The `Flow` class provides a fluent, chainable interface for declaratively building reusable workflows. You define the _steps_ of the conversation, and `lingo` handles the execution.

```python
# A flow is a composable, reusable blueprint
weather_flow = (
    Flow()
    .system("You only answer with the weather.")
    .invoke(get_weather)
    .reply()
)

# You can nest flows inside other flows
main_flow = (
    Flow()
    .choose(
        prompt="Is the user asking about weather or stocks?",
        choices={
            "weather": weather_flow,
            "stocks": stock_flow,
        }
    )
)
```

### 2. Low-Level API: `LLM` & `Context`

For maximum control, you can use the imperative API. The `Context` object holds the message history, and you call its methods (`.reply()`, `.decide()`, `.invoke()`) directly.

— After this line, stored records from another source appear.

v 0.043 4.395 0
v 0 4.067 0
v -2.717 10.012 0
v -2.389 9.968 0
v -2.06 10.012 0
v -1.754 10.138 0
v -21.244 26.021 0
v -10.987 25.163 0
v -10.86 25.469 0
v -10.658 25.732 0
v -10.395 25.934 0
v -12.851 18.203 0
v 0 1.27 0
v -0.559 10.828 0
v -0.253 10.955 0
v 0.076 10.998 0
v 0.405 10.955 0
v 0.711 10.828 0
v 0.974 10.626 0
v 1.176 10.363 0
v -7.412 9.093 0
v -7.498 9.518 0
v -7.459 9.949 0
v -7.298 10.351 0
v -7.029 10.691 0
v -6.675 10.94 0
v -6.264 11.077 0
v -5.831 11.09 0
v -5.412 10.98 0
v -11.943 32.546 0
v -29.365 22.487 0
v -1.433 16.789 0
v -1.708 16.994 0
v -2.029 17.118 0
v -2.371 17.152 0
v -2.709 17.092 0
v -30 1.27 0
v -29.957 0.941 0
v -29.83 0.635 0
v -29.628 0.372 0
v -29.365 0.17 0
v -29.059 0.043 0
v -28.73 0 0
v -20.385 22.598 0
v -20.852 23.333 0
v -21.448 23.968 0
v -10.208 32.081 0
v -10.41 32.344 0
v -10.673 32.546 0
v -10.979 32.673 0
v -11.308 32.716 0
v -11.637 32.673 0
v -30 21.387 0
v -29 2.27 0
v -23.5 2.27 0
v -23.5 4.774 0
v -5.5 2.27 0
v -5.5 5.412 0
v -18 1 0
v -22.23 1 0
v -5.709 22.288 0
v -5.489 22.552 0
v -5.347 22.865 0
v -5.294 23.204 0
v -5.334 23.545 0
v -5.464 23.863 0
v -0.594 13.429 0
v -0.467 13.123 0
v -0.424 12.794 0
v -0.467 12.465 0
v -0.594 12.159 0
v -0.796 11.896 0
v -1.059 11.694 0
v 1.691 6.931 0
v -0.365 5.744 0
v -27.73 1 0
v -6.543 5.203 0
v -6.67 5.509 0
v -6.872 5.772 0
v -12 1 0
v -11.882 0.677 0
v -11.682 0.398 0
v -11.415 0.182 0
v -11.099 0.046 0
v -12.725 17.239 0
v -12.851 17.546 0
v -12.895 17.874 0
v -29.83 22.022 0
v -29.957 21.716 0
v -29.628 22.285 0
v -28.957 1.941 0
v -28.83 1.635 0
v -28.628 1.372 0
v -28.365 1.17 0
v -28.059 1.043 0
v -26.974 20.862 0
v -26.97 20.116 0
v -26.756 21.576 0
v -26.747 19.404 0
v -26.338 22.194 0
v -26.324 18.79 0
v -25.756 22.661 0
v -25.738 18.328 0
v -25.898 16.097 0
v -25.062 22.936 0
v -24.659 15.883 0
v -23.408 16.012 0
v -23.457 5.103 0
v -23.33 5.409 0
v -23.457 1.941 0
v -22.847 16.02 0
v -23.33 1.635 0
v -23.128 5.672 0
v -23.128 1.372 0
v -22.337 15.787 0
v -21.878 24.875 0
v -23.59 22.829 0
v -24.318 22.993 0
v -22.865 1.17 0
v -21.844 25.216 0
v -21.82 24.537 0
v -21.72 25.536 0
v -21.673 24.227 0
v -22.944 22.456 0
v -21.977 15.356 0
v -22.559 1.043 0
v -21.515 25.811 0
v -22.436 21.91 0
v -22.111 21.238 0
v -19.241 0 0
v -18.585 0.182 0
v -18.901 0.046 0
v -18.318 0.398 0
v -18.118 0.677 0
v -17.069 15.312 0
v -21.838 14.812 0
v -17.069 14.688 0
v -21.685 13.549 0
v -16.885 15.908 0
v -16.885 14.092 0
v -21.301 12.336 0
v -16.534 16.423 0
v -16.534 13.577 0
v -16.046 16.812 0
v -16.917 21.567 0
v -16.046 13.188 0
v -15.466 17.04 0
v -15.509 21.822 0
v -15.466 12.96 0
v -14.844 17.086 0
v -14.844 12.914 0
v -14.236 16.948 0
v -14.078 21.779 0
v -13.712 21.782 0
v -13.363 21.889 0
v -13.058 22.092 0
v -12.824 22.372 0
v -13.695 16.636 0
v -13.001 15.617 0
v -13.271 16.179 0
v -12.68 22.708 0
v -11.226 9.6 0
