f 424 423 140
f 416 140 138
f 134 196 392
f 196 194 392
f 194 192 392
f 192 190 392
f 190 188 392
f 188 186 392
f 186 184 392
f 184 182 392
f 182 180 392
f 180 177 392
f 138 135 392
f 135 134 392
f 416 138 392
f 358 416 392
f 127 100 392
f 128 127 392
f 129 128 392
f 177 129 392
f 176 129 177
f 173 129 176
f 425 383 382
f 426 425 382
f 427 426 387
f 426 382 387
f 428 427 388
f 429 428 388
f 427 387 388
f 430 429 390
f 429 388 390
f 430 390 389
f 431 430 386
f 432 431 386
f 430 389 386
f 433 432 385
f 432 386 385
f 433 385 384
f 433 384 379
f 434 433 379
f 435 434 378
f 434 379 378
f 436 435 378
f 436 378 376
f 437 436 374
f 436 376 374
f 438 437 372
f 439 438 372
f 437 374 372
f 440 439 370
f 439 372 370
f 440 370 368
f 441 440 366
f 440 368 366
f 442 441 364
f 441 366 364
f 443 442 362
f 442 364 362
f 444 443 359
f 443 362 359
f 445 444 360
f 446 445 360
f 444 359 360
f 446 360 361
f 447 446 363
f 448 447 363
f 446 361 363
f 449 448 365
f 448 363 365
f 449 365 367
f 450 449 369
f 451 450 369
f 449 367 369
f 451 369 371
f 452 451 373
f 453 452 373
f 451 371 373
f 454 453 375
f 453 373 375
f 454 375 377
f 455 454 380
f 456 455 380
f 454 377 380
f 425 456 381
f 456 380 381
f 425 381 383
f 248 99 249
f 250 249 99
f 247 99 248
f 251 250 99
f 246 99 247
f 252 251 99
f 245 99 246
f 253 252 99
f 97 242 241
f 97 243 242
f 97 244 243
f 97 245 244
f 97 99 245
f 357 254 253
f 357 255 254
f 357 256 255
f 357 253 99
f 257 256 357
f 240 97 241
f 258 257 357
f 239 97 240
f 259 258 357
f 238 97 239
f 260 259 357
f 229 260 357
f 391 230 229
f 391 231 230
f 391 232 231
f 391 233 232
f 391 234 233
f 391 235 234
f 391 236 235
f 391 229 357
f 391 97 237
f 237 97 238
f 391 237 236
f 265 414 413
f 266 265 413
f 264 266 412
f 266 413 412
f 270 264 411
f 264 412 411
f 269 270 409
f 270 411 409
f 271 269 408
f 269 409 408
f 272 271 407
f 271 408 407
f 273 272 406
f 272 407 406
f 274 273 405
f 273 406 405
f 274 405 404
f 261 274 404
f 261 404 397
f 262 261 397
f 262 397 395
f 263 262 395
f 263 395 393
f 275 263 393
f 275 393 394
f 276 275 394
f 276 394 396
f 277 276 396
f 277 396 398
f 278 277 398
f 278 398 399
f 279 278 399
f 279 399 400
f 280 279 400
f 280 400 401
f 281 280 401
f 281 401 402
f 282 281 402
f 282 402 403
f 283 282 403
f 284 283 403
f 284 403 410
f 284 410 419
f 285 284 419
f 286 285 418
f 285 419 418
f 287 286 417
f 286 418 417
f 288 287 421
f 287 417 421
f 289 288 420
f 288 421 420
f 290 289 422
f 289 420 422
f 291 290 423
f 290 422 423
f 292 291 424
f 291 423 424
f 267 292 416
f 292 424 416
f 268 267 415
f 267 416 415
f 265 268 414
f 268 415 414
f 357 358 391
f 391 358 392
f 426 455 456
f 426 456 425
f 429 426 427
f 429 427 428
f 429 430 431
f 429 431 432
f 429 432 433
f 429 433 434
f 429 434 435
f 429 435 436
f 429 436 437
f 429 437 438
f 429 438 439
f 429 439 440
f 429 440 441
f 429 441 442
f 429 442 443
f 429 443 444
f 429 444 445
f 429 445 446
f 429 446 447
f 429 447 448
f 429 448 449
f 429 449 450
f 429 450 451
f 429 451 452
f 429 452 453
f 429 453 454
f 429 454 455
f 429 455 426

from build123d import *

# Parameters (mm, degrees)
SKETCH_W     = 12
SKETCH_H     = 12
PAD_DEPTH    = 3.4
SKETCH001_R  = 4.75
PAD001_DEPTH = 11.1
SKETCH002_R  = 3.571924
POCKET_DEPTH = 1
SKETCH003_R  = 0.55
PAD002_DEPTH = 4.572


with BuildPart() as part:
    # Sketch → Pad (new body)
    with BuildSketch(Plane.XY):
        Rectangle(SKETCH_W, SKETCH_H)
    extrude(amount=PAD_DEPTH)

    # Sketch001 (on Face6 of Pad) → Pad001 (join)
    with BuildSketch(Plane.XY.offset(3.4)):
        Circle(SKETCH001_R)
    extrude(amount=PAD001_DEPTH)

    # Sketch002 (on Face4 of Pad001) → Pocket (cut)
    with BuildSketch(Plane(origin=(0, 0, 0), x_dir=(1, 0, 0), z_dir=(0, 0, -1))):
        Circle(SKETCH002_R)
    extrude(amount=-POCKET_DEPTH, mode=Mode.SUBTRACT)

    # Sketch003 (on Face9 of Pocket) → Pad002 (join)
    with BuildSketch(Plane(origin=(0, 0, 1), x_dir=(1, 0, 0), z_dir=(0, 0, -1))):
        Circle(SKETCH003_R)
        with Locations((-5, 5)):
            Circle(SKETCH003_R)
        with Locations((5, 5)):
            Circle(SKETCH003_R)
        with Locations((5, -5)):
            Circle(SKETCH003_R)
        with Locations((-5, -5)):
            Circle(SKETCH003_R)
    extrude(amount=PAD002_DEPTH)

This is ideal for building custom chatbot loops.

```python
# Manually building a conversation turn by turn
llm = LLM(model="gpt-4o")
context = Context(llm, [Message.system("You are a chatbot.")])

while True:
    user_input = input("You: ")
    context.add(Message.user(user_input))

    # Call the LLM with the current context
    response = await context.reply()

    context.add(response)
    print(f"Bot: {response.content}")
```

## Contributing

Contributions are welcome! `lingo` is an open-source project, and we'd love your help in making it better. Please feel free to open an issue or submit a pull request.

## License

`lingo` is licensed under the **MIT License**. See the `LICENSE` file for details.